* _What the exercise asks_: Only one stretch of the records below should be repeated. It starts with the line containing "#354=ORIENTED_EDGE('',*,*,#353,.T.);" and goes on through the line containing "#365=ORIENTED_EDGE('',*,*,#211,.F.);", exactly as written.

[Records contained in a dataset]
════════

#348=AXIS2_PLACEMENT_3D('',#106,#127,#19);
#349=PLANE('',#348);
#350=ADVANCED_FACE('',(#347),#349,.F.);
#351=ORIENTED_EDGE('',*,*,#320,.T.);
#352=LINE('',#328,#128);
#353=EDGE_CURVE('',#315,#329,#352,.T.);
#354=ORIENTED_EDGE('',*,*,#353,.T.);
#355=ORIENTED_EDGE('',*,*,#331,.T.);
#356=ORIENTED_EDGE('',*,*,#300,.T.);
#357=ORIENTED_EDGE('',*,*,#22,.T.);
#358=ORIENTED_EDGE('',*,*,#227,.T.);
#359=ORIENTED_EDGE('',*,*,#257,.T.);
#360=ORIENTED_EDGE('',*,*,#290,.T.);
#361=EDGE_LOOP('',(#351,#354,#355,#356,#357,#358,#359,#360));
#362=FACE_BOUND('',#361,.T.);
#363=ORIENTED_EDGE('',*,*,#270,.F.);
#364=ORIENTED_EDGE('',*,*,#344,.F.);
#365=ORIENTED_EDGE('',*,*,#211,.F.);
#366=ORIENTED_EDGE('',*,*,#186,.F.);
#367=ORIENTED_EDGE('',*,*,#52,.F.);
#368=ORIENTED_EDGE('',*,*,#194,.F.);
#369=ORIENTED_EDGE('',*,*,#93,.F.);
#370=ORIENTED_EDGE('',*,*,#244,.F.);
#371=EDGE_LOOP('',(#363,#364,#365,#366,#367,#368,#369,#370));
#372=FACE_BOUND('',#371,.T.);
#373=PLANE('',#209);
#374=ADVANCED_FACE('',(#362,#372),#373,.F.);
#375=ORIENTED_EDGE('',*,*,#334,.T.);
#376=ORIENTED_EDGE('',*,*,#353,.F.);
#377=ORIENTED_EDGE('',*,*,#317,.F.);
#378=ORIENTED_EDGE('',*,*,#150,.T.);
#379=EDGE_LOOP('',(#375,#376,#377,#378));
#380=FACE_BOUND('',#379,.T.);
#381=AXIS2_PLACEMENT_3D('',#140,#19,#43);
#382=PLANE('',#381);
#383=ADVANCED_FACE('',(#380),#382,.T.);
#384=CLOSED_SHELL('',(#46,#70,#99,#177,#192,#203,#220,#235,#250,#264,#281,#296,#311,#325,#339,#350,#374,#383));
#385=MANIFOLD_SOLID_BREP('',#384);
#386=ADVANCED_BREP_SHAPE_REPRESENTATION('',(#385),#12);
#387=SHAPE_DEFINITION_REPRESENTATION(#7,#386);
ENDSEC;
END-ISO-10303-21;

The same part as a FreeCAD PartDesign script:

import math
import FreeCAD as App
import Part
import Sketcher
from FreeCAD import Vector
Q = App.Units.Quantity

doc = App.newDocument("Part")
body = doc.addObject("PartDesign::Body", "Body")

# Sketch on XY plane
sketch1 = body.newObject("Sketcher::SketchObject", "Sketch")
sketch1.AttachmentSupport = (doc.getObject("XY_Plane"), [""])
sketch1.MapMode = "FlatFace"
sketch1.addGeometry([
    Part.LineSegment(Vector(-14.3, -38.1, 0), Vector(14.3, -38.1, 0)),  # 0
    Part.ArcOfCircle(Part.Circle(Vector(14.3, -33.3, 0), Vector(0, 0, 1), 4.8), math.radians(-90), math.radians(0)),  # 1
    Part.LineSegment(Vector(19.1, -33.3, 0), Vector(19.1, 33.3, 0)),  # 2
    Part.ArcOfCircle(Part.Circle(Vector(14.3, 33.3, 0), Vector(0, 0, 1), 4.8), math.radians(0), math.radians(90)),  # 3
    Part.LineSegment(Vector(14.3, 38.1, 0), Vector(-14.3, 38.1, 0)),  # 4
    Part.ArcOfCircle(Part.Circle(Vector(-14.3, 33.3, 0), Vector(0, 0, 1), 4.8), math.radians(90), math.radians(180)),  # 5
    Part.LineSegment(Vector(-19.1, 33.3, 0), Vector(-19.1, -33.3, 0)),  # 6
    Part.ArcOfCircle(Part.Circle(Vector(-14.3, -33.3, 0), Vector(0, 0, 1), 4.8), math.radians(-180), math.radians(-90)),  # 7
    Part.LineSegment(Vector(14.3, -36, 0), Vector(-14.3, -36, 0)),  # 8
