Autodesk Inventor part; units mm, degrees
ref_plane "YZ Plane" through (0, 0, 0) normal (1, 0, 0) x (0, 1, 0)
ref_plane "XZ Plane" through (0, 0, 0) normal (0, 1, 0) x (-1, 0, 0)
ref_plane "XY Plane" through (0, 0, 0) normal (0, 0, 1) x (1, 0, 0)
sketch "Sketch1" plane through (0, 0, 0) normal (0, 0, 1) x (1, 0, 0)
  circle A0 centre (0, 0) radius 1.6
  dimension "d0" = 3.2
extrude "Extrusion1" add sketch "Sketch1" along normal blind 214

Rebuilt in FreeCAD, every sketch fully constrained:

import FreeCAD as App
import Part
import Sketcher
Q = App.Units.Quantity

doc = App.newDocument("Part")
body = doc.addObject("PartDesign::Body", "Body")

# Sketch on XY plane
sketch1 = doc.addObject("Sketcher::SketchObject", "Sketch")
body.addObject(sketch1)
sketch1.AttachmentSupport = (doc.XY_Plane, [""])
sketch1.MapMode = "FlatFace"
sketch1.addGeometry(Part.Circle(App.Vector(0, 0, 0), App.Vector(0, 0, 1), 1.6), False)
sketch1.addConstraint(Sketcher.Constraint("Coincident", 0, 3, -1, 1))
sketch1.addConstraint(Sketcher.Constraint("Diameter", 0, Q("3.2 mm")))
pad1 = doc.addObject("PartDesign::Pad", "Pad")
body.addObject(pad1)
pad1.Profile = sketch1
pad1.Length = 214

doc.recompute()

════════

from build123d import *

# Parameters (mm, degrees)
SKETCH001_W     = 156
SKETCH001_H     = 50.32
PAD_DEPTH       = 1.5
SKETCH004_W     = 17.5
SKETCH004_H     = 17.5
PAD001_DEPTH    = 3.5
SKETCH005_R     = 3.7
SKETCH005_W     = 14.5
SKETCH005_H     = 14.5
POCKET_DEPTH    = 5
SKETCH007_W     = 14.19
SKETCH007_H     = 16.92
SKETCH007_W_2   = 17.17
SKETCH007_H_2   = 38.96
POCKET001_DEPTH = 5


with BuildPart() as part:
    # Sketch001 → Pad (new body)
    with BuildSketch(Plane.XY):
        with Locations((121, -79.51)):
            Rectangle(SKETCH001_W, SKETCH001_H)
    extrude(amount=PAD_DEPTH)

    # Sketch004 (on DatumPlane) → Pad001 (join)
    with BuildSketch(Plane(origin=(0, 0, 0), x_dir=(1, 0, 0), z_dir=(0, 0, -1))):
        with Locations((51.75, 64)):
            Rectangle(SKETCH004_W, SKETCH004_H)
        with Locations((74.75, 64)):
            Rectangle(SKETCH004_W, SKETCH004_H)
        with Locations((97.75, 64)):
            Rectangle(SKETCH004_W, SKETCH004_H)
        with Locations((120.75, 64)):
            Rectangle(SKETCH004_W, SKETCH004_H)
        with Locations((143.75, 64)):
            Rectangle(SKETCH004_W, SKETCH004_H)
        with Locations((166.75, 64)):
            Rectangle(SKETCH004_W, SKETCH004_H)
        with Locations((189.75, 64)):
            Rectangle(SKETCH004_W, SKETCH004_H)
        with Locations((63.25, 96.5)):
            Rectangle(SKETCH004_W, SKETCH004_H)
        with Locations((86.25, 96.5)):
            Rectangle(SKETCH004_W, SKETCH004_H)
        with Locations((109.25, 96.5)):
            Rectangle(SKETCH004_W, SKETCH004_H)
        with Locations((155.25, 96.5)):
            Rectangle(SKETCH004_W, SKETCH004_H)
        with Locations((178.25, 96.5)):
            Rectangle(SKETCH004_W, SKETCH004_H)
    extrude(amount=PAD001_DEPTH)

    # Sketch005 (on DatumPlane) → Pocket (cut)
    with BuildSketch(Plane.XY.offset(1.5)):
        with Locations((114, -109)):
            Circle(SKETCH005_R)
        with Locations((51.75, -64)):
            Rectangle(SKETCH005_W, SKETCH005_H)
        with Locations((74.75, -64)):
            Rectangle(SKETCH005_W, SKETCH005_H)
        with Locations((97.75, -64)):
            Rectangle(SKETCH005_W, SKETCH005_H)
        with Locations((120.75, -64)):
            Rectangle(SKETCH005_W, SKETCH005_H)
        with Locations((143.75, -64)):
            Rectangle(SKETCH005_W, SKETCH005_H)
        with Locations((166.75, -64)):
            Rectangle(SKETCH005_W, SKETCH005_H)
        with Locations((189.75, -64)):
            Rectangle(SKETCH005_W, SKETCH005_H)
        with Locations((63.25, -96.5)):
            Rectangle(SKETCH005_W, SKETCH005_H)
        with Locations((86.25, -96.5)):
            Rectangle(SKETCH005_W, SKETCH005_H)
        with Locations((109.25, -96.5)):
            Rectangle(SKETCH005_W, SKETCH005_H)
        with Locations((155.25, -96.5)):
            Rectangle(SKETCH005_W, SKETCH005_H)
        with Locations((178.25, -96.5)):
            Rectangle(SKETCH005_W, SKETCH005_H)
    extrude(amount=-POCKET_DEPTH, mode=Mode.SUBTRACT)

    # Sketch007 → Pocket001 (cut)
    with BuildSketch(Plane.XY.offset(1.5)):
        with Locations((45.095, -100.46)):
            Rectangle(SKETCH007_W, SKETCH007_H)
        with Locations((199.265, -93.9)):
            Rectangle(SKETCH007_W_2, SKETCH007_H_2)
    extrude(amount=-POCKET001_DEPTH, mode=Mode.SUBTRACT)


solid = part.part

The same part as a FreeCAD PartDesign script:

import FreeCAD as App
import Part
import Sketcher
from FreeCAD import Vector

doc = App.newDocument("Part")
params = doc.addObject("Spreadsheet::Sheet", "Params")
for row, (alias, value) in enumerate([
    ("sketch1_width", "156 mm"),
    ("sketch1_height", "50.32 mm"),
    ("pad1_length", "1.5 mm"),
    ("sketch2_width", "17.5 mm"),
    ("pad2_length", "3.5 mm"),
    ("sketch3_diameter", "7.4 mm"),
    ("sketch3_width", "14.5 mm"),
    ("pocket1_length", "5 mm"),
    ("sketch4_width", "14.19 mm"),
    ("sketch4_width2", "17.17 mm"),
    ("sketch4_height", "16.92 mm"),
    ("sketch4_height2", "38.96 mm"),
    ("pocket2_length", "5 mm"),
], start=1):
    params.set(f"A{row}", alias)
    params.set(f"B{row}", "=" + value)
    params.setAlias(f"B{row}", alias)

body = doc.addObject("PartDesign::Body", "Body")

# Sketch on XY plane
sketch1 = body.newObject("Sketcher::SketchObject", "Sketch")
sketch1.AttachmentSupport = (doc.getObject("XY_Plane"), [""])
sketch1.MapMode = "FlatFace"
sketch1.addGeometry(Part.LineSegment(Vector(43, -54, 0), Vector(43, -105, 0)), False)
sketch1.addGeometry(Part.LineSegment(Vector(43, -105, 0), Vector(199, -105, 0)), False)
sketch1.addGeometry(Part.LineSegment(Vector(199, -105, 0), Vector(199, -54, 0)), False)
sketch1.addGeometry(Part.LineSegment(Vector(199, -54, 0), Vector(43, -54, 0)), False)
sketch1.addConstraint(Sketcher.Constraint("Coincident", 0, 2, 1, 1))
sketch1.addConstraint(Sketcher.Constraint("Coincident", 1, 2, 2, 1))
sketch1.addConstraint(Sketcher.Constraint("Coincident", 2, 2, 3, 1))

════════

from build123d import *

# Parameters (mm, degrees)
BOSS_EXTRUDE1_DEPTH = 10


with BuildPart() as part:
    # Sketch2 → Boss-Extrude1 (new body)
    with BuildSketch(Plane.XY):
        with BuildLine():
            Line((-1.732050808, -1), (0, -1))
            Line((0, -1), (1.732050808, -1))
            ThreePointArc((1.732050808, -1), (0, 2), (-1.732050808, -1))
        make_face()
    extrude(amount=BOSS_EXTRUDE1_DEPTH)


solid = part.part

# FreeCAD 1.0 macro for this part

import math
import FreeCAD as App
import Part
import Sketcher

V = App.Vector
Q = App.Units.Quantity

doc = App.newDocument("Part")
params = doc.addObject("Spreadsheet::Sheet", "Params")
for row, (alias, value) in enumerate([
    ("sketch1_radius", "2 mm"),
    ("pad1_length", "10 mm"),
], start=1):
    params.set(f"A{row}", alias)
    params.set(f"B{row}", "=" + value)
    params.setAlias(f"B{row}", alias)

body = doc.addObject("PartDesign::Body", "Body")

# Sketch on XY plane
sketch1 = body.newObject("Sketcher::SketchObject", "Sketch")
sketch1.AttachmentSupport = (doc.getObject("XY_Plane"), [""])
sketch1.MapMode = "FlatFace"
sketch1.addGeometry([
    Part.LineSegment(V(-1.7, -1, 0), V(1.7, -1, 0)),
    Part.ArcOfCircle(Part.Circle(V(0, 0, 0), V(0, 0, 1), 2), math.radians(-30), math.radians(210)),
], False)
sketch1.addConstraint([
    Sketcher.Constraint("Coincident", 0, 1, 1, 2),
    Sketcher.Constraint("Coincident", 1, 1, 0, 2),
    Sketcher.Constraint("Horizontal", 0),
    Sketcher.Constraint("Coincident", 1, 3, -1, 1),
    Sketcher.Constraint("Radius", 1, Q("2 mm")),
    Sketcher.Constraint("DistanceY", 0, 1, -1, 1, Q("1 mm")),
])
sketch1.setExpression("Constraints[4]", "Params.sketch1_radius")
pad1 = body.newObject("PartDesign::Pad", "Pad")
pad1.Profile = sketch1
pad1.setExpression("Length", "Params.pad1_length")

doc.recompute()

════════

* _Output below_:
#354=ORIENTED_EDGE('',*,*,#353,.T.);
#355=ORIENTED_EDGE('',*,*,#331,.T.);
#356=ORIENTED_EDGE('',*,*,#300,.T.);
#357=ORIENTED_EDGE('',*,*,#22,.T.);
#358=ORIENTED_EDGE('',*,*,#227,.T.);
#359=ORIENTED_EDGE('',*,*,#257,.T.);
#360=ORIENTED_EDGE('',*,*,#290,.T.);
#361=EDGE_LOOP('',(#351,#354,#355,#356,#357,#358,#359,#360));
#362=FACE_BOUND('',#361,.T.);
#363=ORIENTED_EDGE('',*,*,#270,.F.);
#364=ORIENTED_EDGE('',*,*,#344,.F.);
#365=ORIENTED_EDGE('',*,*,#211,.F.);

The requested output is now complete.